Everyone seems reluctant to contemplate that. Perhaps they fear the public still has Covid fatigue and won’t comply?

“There is no desire to mandate Covid-era restrictions on Australians, and there is no need to at this stage,” Roger Cook said this week, after agreeing to a national plan for fuel security.

“People are making their own choices to deal with the rising prices. If we need to move to level three, an approach will be developed by national cabinet that provides incentives and mechanisms to encourage other voluntary measures.

“It would not be until we get to level four that we would consider any mandated demand management responses . . . we’re a long way from that.”

But if WA is only willing to pull the supply lever, it’s not doing that to full effect either.

The Cook Government engaged quicker than others and announced it’s 7-point-plan and an industry operational group on March 11, to divert diesel, petrol and fertiliser supplies where they’re needed most.
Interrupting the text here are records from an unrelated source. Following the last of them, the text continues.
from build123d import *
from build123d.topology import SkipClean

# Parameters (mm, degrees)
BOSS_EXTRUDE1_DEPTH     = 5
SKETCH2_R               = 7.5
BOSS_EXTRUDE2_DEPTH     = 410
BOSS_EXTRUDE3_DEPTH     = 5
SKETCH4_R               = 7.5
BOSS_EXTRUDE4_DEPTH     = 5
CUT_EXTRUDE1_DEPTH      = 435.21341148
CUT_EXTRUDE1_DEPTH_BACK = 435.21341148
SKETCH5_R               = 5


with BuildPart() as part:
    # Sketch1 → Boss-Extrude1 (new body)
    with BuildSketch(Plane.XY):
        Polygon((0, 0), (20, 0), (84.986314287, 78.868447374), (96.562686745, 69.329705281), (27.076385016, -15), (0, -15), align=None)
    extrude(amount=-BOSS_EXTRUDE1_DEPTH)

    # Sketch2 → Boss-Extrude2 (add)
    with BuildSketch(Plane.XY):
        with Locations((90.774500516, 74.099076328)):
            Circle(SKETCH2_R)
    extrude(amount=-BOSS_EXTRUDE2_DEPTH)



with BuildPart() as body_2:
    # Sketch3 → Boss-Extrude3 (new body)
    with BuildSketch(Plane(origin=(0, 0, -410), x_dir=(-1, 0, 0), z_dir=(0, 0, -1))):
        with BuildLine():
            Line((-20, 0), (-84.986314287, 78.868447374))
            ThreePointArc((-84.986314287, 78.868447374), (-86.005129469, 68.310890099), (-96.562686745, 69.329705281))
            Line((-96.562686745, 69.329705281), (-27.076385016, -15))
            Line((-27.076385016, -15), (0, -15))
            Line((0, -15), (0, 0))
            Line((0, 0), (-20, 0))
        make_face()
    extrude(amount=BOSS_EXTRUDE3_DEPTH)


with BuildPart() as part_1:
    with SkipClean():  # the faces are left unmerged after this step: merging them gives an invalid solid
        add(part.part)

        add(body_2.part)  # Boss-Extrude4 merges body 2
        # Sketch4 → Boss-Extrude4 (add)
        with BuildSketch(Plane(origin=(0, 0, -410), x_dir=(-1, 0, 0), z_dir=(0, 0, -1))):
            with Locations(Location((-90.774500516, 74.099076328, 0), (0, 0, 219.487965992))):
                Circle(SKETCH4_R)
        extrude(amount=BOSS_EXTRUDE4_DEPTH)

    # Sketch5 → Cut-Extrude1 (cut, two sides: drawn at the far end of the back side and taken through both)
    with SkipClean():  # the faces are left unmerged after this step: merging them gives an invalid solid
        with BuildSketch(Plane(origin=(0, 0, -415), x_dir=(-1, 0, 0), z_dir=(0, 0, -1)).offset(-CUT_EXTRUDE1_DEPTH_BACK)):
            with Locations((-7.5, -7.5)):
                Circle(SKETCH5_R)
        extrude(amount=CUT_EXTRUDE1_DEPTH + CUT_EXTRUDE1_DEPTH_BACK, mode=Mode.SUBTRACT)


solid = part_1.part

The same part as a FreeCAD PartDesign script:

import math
import FreeCAD as App
import Part
import Sketcher

doc = App.newDocument("Part")
body = doc.addObject("PartDesign::Body", "Body")

sketch1 = doc.addObject("Sketcher::SketchObject", "Sketch")
body.addObject(sketch1)
sketch1.AttachmentSupport = (doc.XY_Plane, [""])
sketch1.MapMode = "FlatFace"
sketch1.addGeometry([
    Part.LineSegment(App.Vector(20, 0, 0), App.Vector(0, 0, 0)),
    Part.LineSegment(App.Vector(0, 0, 0), App.Vector(0, -15, 0)),
    Part.LineSegment(App.Vector(0, -15, 0), App.Vector(27, -15, 0)),
    Part.LineSegment(App.Vector(27, -15, 0), App.Vector(97, 69, 0)),
    Part.LineSegment(App.Vector(97, 69, 0), App.Vector(85, 79, 0)),
    Part.LineSegment(App.Vector(85, 79, 0), App.Vector(20, 0, 0)),
], False)
sketch1.addConstraint([
    Sketcher.Constraint("Coincident", 0, 2, 1, 1),
    Sketcher.Constraint("Coincident", 1, 2, 2, 1),
    Sketcher.Constraint("Coincident", 2, 2, 3, 1),
    Sketcher.Constraint("Coincident", 3, 2, 4, 1),
    Sketcher.Constraint("Coincident", 4, 2, 5, 1),
    Sketcher.Constraint("Coincident", 5, 2, 0, 1),
    Sketcher.Constraint("Horizontal", 0),
    Sketcher.Constraint("Vertical", 1),
    Sketcher.Constraint("Horizontal", 2),
    Sketcher.Constraint("Coincident", 0, 2, -1, 1),
    Sketcher.Constraint("Perpendicular", 3, 4),
    Sketcher.Constraint("Perpendicular", 4, 5),
    Sketcher.Constraint("DistanceX", 0, 2, 0, 1, 20.0),
    Sketcher.Constraint("DistanceY", 1, 2, 1, 1, 15.0),
    Sketcher.Constraint("Distance", 4, 15.0),
    Sketcher.Constraint("Distance", 3, 109.269599),
    Sketcher.Constraint("DistanceX", 2, 2, 3, 2, 69.486302),
])
pad1 = doc.addObject("PartDesign::Pad", "Pad")
body.addObject(pad1)
pad1.Profile = sketch1
pad1.Length = 5
pad1.Reversed = True

sketch2 = doc.addObject("Sketcher::SketchObject", "Sketch001")
body.addObject(sketch2)
sketch2.AttachmentSupport = (doc.XY_Plane, [""])
sketch2.MapMode = "FlatFace"
sketch2.addGeometry(Part.Circle(App.Vector(91, 74, 0), App.Vector(0, 0, 1), 8), False)
sketch2.addConstraint([
    Sketcher.Constraint("Diameter", 0, 15.0),
    Sketcher.Constraint("DistanceX", -1, 1, 0, 3, 90.774501),
    Sketcher.Constraint("DistanceY", -1, 1, 0, 3, 74.099076),
])
pad2 = doc.addObject("PartDesign::Pad", "Pad001")
body.addObject(pad2)
pad2.Profile = sketch2
pad2.Length = 410
pad2.Reversed = True
body2 = doc.addObject("PartDesign::Body", "Body001")

sketch3 = doc.addObject("Sketcher::SketchObject", "Sketch002")
body2.addObject(sketch3)
sketch3.AttachmentSupport = (doc.getObject("XY_Plane001"), [""])
sketch3.MapMode = "FlatFace"
sketch3.AttachmentOffset = App.Placement(App.Vector(0, 0, -410), App.Rotation())
sketch3.addGeometry([
    Part.LineSegment(App.Vector(20, 0, 0), App.Vector(85, 79, 0)),
    Part.ArcOfCircle(Part.Circle(App.Vector(91, 74, 0), App.Vector(0, 0, 1), 8), math.radians(141), math.radians(321)),
    Part.LineSegment(App.Vector(97, 69, 0), App.Vector(27, -15, 0)),
    Part.LineSegment(App.Vector(27, -15, 0), App.Vector(0, -15, 0)),
    Part.LineSegment(App.Vector(0, -15, 0), App.Vector(0, 0, 0)),
    Part.LineSegment(App.Vector(0, 0, 0), App.Vector(20, 0, 0)),
], False)
sketch3.addConstraint([
    Sketcher.Constraint("Tangent", 0, 2, 1, 1),
    Sketcher.Constraint("Tangent", 1, 2, 2, 1),
    Sketcher.Constraint("Coincident", 2, 2, 3, 1),
    Sketcher.Constraint("Coincident", 3, 2, 4, 1),
    Sketcher.Constraint("Coincident", 4, 2, 5, 1),
    Sketcher.Constraint("Coincident", 5, 2, 0, 1),
    Sketcher.Constraint("Horizontal", 3),
    Sketcher.Constraint("Vertical", 4),
    Sketcher.Constraint("Horizontal", 5),
    Sketcher.Constraint("Coincident", 4, 2, -1, 1),
    Sketcher.Constraint("Parallel", 0, 2),
    Sketcher.Constraint("Radius", 1, 7.5),
    Sketcher.Constraint("DistanceX", 5, 1, 5, 2, 20.0),
    Sketcher.Constraint("DistanceY", 4, 1, 4, 2, 15.0),
    Sketcher.Constraint("Distance", 2, 109.269599),
    Sketcher.Constraint("DistanceX", -1, 1, 1, 3, 90.774501),
])
pad3 = doc.addObject("PartDesign::Pad", "Pad002")
body2.addObject(pad3)
pad3.Profile = sketch3
pad3.Length = 5
pad3.Reversed = True
body.AllowCompound = True
doc.recompute()

boolean = doc.addObject("PartDesign::Boolean", "Boolean")
body.addObject(boolean)
boolean.Type = "Fuse"
boolean.addObjects([body2])

sketch4 = doc.addObject("Sketcher::SketchObject", "Sketch003")
body.addObject(sketch4)
sketch4.AttachmentSupport = (doc.XY_Plane, [""])
sketch4.MapMode = "FlatFace"
sketch4.AttachmentOffset = App.Placement(App.Vector(0, 0, -410), App.Rotation())
sketch4.addGeometry(Part.Circle(App.Vector(91, 74, 0), App.Vector(0, 0, 1), 8), False)
sketch4.addConstraint([
    Sketcher.Constraint("Diameter", 0, 15.0),
    Sketcher.Constraint("DistanceX", -1, 1, 0, 3, 90.774501),
    Sketcher.Constraint("DistanceY", -1, 1, 0, 3, 74.099076),
])
pad4 = doc.addObject("PartDesign::Pad", "Pad003")
body.addObject(pad4)
pad4.Profile = sketch4
pad4.Length = 5
pad4.Reversed = True

sketch5 = doc.addObject("Sketcher::SketchObject", "Sketch004")
body.addObject(sketch5)
sketch5.AttachmentSupport = (doc.XY_Plane, [""])
sketch5.MapMode = "FlatFace"
sketch5.AttachmentOffset = App.Placement(App.Vector(0, 0, -415), App.Rotation())
sketch5.addGeometry(Part.Circle(App.Vector(8, -8, 0), App.Vector(0, 0, 1), 5), False)
sketch5.addConstraint([
    Sketcher.Constraint("Diameter", 0, 10.0),
    Sketcher.Constraint("DistanceX", -1, 1, 0, 3, 7.5),
    Sketcher.Constraint("DistanceY", 0, 3, -1, 1, 7.5),
])
pocket1 = doc.addObject("PartDesign::Pocket", "Pocket")
body.addObject(pocket1)
pocket1.Profile = sketch5
pocket1.Type = "ThroughAll"
pocket1.Midplane = True

doc.recompute()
Exactly three weeks later, miners in the Goldfields are laying off staff and claim they’ll run out of diesel in 10 days.

The Premier and WA Energy Minister Amber-Jade Sanderson have had trouble getting line of sight on where all the diesel (that’s apparently still coming in as scheduled) is going.

Roger Cook can demand that information, under emergency powers.

Instead, he decided to ask nicely. It was arguably already too late for that.